## Work instruction
In the listing below, start your output at the line with "f 372 374 373" and end it after the line with "f 96 287 290", copying every line exactly.

☆ ☆ ☆ ☆ ☆ ☆ ☆

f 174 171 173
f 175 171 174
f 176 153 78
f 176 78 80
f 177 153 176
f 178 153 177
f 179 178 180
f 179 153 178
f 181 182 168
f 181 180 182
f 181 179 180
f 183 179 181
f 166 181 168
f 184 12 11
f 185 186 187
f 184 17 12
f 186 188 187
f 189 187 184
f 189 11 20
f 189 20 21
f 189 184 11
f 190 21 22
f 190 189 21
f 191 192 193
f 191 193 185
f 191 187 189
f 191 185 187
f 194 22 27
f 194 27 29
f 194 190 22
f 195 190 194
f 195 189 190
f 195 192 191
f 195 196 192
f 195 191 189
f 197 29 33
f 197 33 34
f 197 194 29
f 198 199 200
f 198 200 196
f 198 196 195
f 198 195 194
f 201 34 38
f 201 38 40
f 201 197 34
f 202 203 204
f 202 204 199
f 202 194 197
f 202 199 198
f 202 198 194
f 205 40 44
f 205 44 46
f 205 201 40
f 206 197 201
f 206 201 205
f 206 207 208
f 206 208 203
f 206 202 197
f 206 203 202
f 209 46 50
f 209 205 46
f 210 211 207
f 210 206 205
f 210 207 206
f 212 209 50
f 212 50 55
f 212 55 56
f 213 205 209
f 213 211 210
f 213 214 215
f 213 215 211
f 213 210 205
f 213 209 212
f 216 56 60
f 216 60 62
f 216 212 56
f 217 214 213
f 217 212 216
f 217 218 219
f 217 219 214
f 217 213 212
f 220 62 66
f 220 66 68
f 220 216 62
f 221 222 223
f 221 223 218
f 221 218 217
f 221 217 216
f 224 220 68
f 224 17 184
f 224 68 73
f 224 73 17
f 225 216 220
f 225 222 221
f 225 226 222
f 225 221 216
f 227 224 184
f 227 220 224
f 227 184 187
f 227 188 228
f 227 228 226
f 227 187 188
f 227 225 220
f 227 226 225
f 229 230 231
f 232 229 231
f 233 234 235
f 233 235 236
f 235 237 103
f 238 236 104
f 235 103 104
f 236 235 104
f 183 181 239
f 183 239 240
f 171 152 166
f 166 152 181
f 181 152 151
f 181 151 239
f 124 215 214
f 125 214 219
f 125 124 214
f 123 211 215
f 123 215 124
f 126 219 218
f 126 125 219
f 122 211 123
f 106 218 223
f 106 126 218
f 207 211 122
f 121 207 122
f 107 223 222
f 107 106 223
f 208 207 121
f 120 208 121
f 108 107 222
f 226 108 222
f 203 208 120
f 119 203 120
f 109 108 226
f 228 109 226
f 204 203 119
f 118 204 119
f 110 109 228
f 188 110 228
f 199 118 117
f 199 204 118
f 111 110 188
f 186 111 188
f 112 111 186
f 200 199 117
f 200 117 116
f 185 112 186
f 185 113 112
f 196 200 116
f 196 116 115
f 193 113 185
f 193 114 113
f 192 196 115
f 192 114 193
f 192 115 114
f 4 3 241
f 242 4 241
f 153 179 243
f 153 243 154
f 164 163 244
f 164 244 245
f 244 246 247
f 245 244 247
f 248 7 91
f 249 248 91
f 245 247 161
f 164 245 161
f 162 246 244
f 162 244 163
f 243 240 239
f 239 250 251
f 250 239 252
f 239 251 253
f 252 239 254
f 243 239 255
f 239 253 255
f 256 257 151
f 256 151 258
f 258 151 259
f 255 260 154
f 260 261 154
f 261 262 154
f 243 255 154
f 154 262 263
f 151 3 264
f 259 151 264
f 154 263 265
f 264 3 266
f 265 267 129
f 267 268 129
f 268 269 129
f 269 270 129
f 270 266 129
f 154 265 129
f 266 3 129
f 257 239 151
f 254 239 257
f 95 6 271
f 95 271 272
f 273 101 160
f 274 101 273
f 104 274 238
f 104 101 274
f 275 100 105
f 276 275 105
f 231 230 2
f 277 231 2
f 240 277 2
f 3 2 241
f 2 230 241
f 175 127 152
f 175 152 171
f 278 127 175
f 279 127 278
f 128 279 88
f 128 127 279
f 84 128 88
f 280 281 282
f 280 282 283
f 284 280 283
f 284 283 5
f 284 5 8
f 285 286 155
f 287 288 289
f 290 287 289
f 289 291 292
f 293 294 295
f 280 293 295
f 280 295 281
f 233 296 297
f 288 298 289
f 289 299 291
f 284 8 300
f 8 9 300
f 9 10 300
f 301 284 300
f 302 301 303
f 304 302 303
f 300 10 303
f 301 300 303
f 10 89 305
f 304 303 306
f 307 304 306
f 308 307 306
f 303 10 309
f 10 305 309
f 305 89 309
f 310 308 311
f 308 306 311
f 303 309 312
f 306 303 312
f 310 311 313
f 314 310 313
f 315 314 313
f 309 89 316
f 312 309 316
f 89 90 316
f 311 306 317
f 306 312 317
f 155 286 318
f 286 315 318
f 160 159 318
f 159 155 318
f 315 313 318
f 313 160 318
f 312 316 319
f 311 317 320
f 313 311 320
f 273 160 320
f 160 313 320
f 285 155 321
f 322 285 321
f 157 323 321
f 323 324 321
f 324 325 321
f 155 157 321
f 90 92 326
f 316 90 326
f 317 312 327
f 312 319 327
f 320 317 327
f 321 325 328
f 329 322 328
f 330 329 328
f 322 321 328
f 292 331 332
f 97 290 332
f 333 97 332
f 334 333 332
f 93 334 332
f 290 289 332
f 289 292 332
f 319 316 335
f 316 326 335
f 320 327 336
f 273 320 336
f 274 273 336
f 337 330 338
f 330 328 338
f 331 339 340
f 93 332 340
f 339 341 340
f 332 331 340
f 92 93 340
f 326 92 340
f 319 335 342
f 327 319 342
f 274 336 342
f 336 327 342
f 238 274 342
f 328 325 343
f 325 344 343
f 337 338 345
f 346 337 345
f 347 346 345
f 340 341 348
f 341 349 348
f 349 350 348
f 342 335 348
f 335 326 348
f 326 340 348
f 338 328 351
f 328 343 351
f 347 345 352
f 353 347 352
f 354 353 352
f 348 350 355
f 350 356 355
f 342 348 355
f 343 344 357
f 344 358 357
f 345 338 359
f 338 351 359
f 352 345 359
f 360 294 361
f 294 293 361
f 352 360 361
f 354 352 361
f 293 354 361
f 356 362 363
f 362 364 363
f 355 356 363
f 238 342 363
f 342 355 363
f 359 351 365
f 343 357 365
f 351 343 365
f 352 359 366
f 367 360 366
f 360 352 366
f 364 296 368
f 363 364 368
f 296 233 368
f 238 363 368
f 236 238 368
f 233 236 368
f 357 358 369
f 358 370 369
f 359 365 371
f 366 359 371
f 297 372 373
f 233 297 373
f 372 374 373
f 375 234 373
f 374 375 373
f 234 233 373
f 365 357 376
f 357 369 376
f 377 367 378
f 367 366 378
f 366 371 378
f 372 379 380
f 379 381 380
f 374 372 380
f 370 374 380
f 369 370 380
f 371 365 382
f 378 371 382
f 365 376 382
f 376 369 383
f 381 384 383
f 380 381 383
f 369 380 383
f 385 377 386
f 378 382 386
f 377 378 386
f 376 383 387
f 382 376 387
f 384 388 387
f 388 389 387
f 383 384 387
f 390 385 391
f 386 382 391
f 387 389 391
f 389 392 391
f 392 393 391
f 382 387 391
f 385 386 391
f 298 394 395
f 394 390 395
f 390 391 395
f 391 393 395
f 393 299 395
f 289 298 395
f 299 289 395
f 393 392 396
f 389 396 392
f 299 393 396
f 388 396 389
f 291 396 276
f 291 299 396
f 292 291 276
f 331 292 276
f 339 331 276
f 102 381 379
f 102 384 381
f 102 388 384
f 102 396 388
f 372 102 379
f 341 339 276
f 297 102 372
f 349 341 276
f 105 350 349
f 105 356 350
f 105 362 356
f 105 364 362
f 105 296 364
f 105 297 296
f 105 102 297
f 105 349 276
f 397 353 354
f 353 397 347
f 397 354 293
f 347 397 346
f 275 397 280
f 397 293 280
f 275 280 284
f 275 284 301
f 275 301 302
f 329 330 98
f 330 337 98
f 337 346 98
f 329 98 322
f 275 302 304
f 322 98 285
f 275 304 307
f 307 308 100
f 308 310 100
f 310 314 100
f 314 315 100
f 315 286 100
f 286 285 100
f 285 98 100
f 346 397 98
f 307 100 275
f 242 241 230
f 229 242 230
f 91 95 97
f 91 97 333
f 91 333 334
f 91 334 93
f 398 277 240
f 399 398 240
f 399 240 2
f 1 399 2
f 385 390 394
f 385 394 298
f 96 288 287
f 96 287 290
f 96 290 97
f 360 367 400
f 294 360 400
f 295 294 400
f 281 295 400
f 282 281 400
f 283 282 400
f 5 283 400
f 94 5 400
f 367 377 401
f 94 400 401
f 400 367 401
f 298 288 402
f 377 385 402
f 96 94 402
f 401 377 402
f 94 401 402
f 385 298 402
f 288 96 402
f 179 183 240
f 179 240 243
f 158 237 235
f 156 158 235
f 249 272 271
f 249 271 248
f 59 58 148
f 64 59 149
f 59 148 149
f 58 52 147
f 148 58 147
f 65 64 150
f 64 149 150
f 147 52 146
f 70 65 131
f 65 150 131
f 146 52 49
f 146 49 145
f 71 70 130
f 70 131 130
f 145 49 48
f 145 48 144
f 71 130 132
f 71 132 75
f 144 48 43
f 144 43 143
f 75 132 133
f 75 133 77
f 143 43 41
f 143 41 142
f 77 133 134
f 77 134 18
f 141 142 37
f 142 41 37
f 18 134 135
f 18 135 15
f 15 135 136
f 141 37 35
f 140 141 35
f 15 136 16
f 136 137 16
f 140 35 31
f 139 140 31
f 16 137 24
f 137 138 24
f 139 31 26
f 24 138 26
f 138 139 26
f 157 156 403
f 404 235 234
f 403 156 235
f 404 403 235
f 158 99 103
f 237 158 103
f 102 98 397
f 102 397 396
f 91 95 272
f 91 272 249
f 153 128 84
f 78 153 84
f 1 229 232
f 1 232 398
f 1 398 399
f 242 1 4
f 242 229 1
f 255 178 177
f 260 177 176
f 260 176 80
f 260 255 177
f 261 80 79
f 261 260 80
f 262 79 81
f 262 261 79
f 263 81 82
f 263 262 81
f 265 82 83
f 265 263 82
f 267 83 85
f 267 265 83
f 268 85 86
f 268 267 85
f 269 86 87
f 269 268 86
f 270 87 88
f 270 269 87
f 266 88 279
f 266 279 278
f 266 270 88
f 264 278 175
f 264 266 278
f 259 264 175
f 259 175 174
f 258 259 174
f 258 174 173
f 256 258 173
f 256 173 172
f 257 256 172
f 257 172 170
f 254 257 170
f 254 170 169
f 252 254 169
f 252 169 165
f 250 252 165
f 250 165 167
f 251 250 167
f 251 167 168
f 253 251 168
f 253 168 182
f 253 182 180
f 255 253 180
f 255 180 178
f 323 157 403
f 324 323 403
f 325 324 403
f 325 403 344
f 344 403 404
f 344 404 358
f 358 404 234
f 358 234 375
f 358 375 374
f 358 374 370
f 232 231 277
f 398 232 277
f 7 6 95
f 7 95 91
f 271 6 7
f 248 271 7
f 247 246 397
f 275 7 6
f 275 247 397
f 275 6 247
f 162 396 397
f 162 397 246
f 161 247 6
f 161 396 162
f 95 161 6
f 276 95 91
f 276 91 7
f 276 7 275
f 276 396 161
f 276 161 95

☆ ☆ ☆ ☆ ☆ ☆ ☆

## Response area
f 372 374 373
f 375 234 373
f 374 375 373
f 234 233 373
f 365 357 376
f 357 369 376
f 377 367 378
f 367 366 378
f 366 371 378
f 372 379 380
f 379 381 380
f 374 372 380
f 370 374 380
f 369 370 380
f 371 365 382
f 378 371 382
f 365 376 382
f 376 369 383
f 381 384 383
f 380 381 383
f 369 380 383
f 385 377 386
f 378 382 386
f 377 378 386
f 376 383 387
f 382 376 387
f 384 388 387
f 388 389 387
f 383 384 387
f 390 385 391
f 386 382 391
f 387 389 391
f 389 392 391
f 392 393 391
f 382 387 391
f 385 386 391
f 298 394 395
f 394 390 395
f 390 391 395
f 391 393 395
f 393 299 395
f 289 298 395
f 299 289 395
f 393 392 396
f 389 396 392
f 299 393 396
f 388 396 389
f 291 396 276
f 291 299 396
f 292 291 276
f 331 292 276
f 339 331 276
f 102 381 379
f 102 384 381
f 102 388 384
f 102 396 388
f 372 102 379
f 341 339 276
f 297 102 372
f 349 341 276
f 105 350 349
f 105 356 350
f 105 362 356
f 105 364 362
f 105 296 364
f 105 297 296
f 105 102 297
f 105 349 276
f 397 353 354
f 353 397 347
f 397 354 293
f 347 397 346
f 275 397 280
f 397 293 280
f 275 280 284
f 275 284 301
f 275 301 302
f 329 330 98
f 330 337 98
f 337 346 98
f 329 98 322
f 275 302 304
f 322 98 285
f 275 304 307
f 307 308 100
f 308 310 100
f 310 314 100
f 314 315 100
f 315 286 100
f 286 285 100
f 285 98 100
f 346 397 98
f 307 100 275
f 242 241 230
f 229 242 230
f 91 95 97
f 91 97 333
f 91 333 334
f 91 334 93
f 398 277 240
f 399 398 240
f 399 240 2
f 1 399 2
f 385 390 394
f 385 394 298
f 96 288 287
f 96 287 290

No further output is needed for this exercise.